Again, though, maybe I just need to dig deeper into the programming to make it work.

For those of us using expression maps, the easiest thing to do is have a single patch with all the articulations selected by keyswitch or CC. i.e. don't have one patch for legato/staccato, one for rips, and one for stopped/flutter. Put them all in a single patch and select them via keyswitches or CC's.

There are probably some really smart Kontakt programming guys for whom that's a breeze, but I ain't one of them  A bit too complicated for my Kontakt chops...

rgames


----------



## Winslow (May 2, 2012)

*Re: Cinesamples Announces CineWinds! Promo video added.*

Well, I used the instruments banks for that. I put the short art patch in bank#1, the legato patch in bank#2 and so on.
I can now use the expression maps in cubase to change the banks (=patches) via "program change" and the articulations via keyswitching.

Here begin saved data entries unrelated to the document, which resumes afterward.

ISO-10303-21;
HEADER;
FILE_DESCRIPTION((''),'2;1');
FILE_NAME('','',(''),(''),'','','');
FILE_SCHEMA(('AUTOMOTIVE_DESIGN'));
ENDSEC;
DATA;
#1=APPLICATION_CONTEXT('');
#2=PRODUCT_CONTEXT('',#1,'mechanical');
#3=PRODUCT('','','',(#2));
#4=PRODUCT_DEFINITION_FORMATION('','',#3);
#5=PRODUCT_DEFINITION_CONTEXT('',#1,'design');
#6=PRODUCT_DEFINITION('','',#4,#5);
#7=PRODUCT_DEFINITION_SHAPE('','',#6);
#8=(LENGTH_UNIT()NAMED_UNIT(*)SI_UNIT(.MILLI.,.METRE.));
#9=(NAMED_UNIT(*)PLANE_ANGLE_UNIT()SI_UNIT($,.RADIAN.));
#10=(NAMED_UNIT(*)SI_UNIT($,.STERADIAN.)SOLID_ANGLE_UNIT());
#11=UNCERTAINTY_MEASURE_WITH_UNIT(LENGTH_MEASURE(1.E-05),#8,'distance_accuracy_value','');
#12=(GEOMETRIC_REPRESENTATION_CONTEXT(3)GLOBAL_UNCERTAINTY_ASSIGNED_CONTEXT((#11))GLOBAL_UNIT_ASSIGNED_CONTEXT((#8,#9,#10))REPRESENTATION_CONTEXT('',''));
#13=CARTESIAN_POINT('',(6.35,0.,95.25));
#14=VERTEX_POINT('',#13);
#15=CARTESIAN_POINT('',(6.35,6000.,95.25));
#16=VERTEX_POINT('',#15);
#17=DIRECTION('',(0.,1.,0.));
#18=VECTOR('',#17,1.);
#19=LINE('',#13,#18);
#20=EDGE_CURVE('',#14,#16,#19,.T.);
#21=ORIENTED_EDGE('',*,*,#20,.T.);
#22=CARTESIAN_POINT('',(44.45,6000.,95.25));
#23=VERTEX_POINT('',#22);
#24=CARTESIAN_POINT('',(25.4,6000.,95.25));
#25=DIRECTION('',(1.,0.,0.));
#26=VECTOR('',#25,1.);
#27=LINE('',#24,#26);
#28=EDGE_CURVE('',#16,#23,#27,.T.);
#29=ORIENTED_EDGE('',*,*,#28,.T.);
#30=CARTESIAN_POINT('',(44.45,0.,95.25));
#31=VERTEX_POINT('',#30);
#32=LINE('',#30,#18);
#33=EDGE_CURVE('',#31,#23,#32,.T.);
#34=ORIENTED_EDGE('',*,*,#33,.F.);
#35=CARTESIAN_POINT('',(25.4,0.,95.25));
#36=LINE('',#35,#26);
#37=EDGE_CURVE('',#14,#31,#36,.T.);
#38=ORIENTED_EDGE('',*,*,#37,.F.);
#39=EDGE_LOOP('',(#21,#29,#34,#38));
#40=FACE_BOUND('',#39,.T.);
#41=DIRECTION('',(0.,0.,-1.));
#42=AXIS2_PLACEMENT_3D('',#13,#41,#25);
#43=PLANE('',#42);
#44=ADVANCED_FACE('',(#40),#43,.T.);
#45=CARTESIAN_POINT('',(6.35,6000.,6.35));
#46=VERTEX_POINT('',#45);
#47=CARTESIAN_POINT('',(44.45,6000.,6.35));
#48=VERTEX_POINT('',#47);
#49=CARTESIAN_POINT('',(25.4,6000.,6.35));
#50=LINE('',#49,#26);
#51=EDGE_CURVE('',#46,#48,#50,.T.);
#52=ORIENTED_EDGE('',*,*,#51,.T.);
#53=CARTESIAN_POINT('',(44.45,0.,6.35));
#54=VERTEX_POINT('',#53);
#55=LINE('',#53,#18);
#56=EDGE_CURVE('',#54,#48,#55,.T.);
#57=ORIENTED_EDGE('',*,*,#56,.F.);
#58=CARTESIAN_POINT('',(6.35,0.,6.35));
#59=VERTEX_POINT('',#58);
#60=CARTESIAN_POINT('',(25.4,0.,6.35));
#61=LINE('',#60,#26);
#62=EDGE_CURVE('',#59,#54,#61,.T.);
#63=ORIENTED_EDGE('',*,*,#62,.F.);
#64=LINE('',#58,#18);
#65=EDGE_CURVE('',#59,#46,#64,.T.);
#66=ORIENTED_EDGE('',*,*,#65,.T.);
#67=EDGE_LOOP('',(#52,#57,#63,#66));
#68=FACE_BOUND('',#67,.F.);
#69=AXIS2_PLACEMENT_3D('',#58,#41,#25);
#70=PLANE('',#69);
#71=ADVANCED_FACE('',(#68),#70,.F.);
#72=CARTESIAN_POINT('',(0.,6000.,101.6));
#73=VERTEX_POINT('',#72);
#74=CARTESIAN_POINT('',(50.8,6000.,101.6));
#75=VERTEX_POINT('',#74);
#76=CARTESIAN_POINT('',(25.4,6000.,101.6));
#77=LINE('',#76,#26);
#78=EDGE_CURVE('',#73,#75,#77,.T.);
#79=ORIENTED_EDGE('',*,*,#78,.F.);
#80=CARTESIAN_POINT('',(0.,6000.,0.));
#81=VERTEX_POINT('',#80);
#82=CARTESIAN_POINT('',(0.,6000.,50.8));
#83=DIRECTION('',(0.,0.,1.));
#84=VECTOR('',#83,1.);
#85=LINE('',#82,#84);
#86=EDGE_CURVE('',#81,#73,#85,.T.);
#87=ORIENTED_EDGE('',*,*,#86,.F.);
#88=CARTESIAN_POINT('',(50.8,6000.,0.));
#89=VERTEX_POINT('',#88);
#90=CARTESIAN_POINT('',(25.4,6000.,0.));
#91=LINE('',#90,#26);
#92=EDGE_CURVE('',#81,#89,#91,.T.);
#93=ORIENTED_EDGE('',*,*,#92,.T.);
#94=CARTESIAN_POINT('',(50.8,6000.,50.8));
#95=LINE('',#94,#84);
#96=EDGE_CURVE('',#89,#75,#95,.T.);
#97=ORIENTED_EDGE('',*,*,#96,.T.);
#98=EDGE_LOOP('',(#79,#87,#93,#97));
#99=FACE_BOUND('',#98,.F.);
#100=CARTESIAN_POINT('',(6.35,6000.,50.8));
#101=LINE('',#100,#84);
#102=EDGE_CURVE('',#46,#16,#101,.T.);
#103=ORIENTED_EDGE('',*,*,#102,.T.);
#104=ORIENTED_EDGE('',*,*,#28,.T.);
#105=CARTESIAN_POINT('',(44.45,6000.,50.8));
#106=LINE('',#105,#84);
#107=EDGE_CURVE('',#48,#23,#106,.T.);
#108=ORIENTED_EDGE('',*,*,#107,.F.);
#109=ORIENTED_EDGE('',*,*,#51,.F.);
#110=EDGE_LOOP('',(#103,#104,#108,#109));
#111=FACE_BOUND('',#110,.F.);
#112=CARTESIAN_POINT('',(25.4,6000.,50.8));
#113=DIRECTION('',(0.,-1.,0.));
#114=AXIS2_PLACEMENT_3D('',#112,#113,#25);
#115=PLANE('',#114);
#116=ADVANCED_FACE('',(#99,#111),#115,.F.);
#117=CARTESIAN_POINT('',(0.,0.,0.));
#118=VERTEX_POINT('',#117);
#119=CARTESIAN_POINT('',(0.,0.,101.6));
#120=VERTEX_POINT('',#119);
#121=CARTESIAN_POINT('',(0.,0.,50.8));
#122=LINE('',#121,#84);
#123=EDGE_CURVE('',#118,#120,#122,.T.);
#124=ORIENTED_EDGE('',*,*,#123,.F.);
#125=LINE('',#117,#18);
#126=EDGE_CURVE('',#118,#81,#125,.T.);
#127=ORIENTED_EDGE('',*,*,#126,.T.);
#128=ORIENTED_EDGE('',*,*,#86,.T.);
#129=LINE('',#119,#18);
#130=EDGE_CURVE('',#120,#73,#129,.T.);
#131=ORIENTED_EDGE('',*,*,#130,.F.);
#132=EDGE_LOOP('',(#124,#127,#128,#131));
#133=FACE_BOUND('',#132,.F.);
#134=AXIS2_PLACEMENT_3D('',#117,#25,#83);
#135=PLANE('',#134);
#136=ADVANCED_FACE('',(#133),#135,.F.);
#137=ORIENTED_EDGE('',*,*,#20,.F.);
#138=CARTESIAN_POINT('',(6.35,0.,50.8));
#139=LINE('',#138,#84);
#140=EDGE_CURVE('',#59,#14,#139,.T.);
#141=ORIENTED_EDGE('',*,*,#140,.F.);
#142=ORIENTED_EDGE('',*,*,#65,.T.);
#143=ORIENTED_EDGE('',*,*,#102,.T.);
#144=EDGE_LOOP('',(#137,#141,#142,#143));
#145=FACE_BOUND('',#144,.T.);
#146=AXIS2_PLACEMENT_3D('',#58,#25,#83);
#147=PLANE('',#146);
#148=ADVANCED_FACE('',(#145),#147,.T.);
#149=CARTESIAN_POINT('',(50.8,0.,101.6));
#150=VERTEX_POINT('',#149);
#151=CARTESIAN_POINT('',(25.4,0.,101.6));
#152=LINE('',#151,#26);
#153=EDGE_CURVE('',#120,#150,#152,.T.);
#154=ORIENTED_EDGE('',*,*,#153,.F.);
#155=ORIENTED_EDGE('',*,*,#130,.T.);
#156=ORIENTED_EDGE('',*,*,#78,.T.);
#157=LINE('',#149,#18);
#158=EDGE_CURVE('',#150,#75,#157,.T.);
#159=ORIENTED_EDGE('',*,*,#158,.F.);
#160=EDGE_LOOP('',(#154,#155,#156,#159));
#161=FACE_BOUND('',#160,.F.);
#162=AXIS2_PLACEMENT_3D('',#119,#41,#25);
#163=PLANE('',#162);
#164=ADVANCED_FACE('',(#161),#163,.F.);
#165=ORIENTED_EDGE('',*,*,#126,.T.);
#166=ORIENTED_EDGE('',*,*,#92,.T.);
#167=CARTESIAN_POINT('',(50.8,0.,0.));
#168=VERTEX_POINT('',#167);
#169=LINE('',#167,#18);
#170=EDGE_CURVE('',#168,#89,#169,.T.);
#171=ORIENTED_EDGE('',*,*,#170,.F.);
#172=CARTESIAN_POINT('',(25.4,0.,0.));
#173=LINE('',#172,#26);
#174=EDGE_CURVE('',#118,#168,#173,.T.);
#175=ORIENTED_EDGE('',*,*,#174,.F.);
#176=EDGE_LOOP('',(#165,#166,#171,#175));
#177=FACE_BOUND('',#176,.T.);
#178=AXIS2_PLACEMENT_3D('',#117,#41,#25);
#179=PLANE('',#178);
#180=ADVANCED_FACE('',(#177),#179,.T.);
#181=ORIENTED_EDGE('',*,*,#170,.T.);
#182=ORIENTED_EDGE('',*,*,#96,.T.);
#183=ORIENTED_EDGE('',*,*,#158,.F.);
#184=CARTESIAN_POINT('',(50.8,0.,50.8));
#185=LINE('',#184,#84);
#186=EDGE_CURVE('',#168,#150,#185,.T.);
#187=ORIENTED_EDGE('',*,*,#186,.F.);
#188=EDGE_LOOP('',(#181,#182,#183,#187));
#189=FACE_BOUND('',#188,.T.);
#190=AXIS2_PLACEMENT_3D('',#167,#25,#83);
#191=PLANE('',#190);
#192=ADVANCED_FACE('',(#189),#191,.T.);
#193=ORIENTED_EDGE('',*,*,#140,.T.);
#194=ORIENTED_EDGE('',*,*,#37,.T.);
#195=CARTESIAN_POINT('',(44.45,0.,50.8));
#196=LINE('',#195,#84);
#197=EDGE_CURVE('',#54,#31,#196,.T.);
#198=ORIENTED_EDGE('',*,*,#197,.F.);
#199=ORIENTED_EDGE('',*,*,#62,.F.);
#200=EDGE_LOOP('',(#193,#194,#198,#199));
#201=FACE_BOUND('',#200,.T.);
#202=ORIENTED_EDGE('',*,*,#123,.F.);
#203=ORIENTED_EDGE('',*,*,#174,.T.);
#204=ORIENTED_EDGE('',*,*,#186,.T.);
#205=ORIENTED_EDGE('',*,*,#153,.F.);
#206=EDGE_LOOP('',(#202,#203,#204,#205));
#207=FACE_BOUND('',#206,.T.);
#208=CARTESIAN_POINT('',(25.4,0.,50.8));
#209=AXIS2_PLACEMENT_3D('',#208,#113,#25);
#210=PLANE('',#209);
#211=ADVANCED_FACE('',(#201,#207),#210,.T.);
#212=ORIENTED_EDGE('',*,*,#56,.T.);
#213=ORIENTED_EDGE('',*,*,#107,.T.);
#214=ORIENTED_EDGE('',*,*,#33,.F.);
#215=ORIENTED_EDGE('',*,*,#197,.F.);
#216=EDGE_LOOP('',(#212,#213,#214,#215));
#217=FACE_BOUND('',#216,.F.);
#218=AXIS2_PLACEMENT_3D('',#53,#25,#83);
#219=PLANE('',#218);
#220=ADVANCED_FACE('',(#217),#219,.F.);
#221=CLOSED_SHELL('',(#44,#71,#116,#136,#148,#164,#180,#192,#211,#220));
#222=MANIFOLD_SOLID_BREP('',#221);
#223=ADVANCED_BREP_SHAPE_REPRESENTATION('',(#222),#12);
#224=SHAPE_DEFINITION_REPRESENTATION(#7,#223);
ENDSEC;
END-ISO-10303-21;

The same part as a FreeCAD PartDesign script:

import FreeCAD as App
import Part
import Sketcher
from FreeCAD import Vector
Q = App.Units.Quantity


def add_polygon(sketch, points):
    """Adds a closed chain of lines whose ends are joined by coincident constraints."""
    first, n = sketch.GeometryCount, len(points)
    for a, b in zip(points, points[1:] + points[:1]):
        sketch.addGeometry(Part.LineSegment(App.Vector(*a, 0), App.Vector(*b, 0)), False)
    for i in range(n):
        sketch.addConstraint(Sketcher.Constraint("Coincident", first + i, 2, first + (i + 1) % n, 1))

doc = App.newDocument("Part")
body = doc.addObject("PartDesign::Body", "Body")

# Sketch on XZ plane
sketch1 = body.newObject("Sketcher::SketchObject", "Sketch")
sketch1.AttachmentSupport = (doc.getObject("XZ_Plane"), [""])
sketch1.MapMode = "FlatFace"
add_polygon(sketch1, [(0, 101.6), (0, 0), (50.8, 0), (50.8, 101.6)])  # lines 0-3
add_polygon(sketch1, [(44.45, 6.35), (6.35, 6.35), (6.35, 95.25), (44.45, 95.25)])  # lines 4-7
sketch1.addConstraint([
    Sketcher.Constraint("Vertical", 0),
    Sketcher.Constraint("Horizontal", 1),
    Sketcher.Constraint("Vertical", 2),
    Sketcher.Constraint("Horizontal", 3),
    Sketcher.Constraint("Horizontal", 4),
    Sketcher.Constraint("Vertical", 5),
    Sketcher.Constraint("Horizontal", 6),
    Sketcher.Constraint("Vertical", 7),
    Sketcher.Constraint("Coincident", 0, 2, -1, 1),
    Sketcher.Constraint("DistanceX", 1, 1, 1, 2, Q("2 in")),
    Sketcher.Constraint("DistanceY", 0, 2, 0, 1, Q("4 in")),
    Sketcher.Constraint("DistanceX", 4, 2, 4, 1, Q("1.5 in")),
    Sketcher.Constraint("DistanceY", 5, 1, 5, 2, Q("3.5 in")),
    Sketcher.Constraint("DistanceX", -1, 1, 4, 2, Q("0.25 in")),
    Sketcher.Constraint("DistanceY", -1, 1, 4, 2, Q("0.25 in")),
])
pad1 = body.newObject("PartDesign::Pad", "Pad")
pad1.Profile = sketch1
pad1.Length = 6000
pad1.Reversed = True

doc.recompute()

But I bet there is a smarter way to achieve this...


Cheers,

Winslow


----------



## Rob Elliott (May 2, 2012)

*Re: Cinesamples Announces CineWinds! Promo video added.*



Winslow @ Wed May 02 said:


> Well, I used the instruments banks for that. I put the short art patch in bank#1, the legato patch in bank#2 and so on.
> I can now use the expression maps in cubase to change the banks (=patches) via "program change" and the articulations via keyswitching.
> 
> But I bet there is a smarter way to achieve this...
> ...




Same - love Kontakt's instrument banks. I try to keep them consistent across sections (for me - C1= legato, C#1 = trems, etc.) I got started doing this with LASS - ironically, now with their new 2.0, it's not needed - but the concept works for all those playing catch up to LASS' programming.


----------



## rgames (May 2, 2012)

*Re: Cinesamples Announces CineWinds! Promo video added.*



Winslow @ Wed May 02 said:


> I can now use the expression maps in cubase to change the banks (=patches) via "program change" and the articulations via keyswitching.

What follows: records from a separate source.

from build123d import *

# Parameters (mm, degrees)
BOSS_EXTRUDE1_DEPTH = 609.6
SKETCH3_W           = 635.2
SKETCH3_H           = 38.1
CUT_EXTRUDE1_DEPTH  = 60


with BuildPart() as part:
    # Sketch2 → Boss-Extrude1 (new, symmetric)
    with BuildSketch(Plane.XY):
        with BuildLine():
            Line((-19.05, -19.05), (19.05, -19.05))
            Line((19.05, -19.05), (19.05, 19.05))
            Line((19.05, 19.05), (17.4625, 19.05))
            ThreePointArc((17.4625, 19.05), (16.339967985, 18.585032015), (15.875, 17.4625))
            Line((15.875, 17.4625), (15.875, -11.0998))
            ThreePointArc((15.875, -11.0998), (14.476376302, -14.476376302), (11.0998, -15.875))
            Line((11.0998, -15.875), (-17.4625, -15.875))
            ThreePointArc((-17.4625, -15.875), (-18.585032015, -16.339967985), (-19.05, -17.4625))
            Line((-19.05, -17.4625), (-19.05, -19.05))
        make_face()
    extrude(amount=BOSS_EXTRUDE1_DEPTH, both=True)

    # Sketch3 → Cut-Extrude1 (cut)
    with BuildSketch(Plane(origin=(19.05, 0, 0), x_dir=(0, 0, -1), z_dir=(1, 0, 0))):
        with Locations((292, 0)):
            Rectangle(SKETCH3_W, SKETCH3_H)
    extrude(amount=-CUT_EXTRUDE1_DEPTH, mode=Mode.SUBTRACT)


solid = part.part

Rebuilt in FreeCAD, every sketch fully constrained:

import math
import FreeCAD as App
import Part
import Sketcher
from FreeCAD import Vector
Q = App.Units.Quantity

doc = App.newDocument("Part")
body = doc.addObject("PartDesign::Body", "Body")

# Sketch on XY plane
sketch1 = body.newObject("Sketcher::SketchObject", "Sketch")
sketch1.AttachmentSupport = (doc.getObject("XY_Plane"), [""])
sketch1.MapMode = "FlatFace"
sketch1.addGeometry(Part.LineSegment(Vector(-19.05, -19.05, 0), Vector(19.05, -19.05, 0)), False)
sketch1.addGeometry(Part.LineSegment(Vector(19.05, -19.05, 0), Vector(19.05, 19.05, 0)), False)
sketch1.addGeometry(Part.LineSegment(Vector(19.05, 19.05, 0), Vector(17.4625, 19.05, 0)), False)
sketch1.addGeometry(Part.ArcOfCircle(Part.Circle(Vector(17.4625, 17.4625, 0), Vector(0, 0, 1), 1.5875), math.radians(90), math.radians(180)), False)
sketch1.addGeometry(Part.LineSegment(Vector(15.875, 17.4625, 0), Vector(15.875, -11.0998, 0)), False)
sketch1.addGeometry(Part.ArcOfCircle(Part.Circle(Vector(11.0998, -11.0998, 0), Vector(0, 0, 1), 4.7752), math.radians(-90), math.radians(0)), False)
sketch1.addGeometry(Part.LineSegment(Vector(11.0998, -15.875, 0), Vector(-17.4625, -15.875, 0)), False)
sketch1.addGeometry(Part.ArcOfCircle(Part.Circle(Vector(-17.4625, -17.4625, 0), Vector(0, 0, 1), 1.5875), math.radians(90), math.radians(180)), False)
sketch1.addGeometry(Part.LineSegment(Vector(-19.05, -17.4625, 0), Vector(-19.05, -19.05, 0)), False)
sketch1.addConstraint(Sketcher.Constraint("Coincident", 0, 2, 1, 1))
sketch1.addConstraint(Sketcher.Constraint("Coincident", 1, 2, 2, 1))
sketch1.addConstraint(Sketcher.Constraint("Tangent", 2, 2, 3, 1))
sketch1.addConstraint(Sketcher.Constraint("Tangent", 3, 2, 4, 1))
sketch1.addConstraint(Sketcher.Constraint("Tangent", 4, 2, 5, 2))
sketch1.addConstraint(Sketcher.Constraint("Tangent", 5, 1, 6, 1))
sketch1.addConstraint(Sketcher.Constraint("Tangent", 6, 2, 7, 1))
sketch1.addConstraint(Sketcher.Constraint("Tangent", 7, 2, 8, 1))
sketch1.addConstraint(Sketcher.Constraint("Coincident", 8, 2, 0, 1))
sketch1.addConstraint(Sketcher.Constraint("Horizontal", 0))
sketch1.addConstraint(Sketcher.Constraint("Vertical", 1))
sketch1.addConstraint(Sketcher.Constraint("Horizontal", 2))
sketch1.addConstraint(Sketcher.Constraint("Vertical", 4))
sketch1.addConstraint(Sketcher.Constraint("Horizontal", 6))
sketch1.addConstraint(Sketcher.Constraint("Vertical", 8))
sketch1.addConstraint(Sketcher.Constraint("Equal", 3, 7))
sketch1.addConstraint(Sketcher.Constraint("Symmetric", 3, 3, 7, 3, -1, 1))
sketch1.addConstraint(Sketcher.Constraint("Symmetric", 1, 2, 8, 2, -1, 1))
sketch1.addConstraint(Sketcher.Constraint("Equal", 0, 1))
sketch1.addConstraint(Sketcher.Constraint("DistanceX", 0, 1, 0, 2, Q("1.5 in")))
sketch1.addConstraint(Sketcher.Constraint("Radius", 3, Q("0.0625 in")))
sketch1.addConstraint(Sketcher.Constraint("Radius", 5, Q("0.188 in")))
pad1 = body.newObject("PartDesign::Pad", "Pad")
pad1.Profile = sketch1
pad1.Length = Q("48 in")
pad1.Midplane = True

# Sketch on YZ plane
sketch2 = body.newObject("Sketcher::SketchObject", "Sketch001")
sketch2.AttachmentSupport = (doc.getObject("YZ_Plane"), [""])
sketch2.MapMode = "FlatFace"
sketch2.AttachmentOffset = App.Placement(Vector(0, 0, 0.75 * 25.4), App.Rotation())
sketch2.addGeometry(Part.LineSegment(Vector(19.05, 25.6, 0), Vector(-19.05, 25.6, 0)), False)
sketch2.addGeometry(Part.LineSegment(Vector(-19.05, 25.6, 0), Vector(-19.05, -609.6, 0)), False)
sketch2.addGeometry(Part.LineSegment(Vector(-19.05, -609.6, 0), Vector(19.05, -609.6, 0)), False)
sketch2.addGeometry(Part.LineSegment(Vector(19.05, -609.6, 0), Vector(19.05, 25.6, 0)), False)
sketch2.addConstraint(Sketcher.Constraint("Coincident", 0, 2, 1, 1))
sketch2.addConstraint(Sketcher.Constraint("Coincident", 1, 2, 2, 1))
sketch2.addConstraint(Sketcher.Constraint("Coincident", 2, 2, 3, 1))
sketch2.addConstraint(Sketcher.Constraint("Coincident", 3, 2, 0, 1))
sketch2.addConstraint(Sketcher.Constraint("Horizontal", 0))
sketch2.addConstraint(Sketcher.Constraint("Vertical", 1))
sketch2.addConstraint(Sketcher.Constraint("Horizontal", 2))
sketch2.addConstraint(Sketcher.Constraint("Vertical", 3))
sketch2.addConstraint(Sketcher.Constraint("DistanceX", 0, 2, 0, 1, Q("1.5 in")))
sketch2.addConstraint(Sketcher.Constraint("DistanceY", 1, 2, -1, 1, Q("24 in")))
sketch2.addConstraint(Sketcher.Constraint("DistanceX", 0, 2, -1, 1, Q("0.75 in")))
sketch2.addConstraint(Sketcher.Constraint("DistanceY", 1, 2, 1, 1, Q("635.2 mm")))
pocket1 = body.newObject("PartDesign::Pocket", "Pocket")
pocket1.Profile = sketch2
pocket1.Length = 60

doc.recompute()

Right - but you can't do both the bank change and keyswitch with the expression map, can you? Are you saying you send *both* the bank change and keyswitch with the expression map? Not sure you can do that - hadn't thought to look. I always assumed it was one or the other because all my other libraries are set up using one or the other, not both. Such an approach is more complicated than my standard setup but if that's possible then it should work...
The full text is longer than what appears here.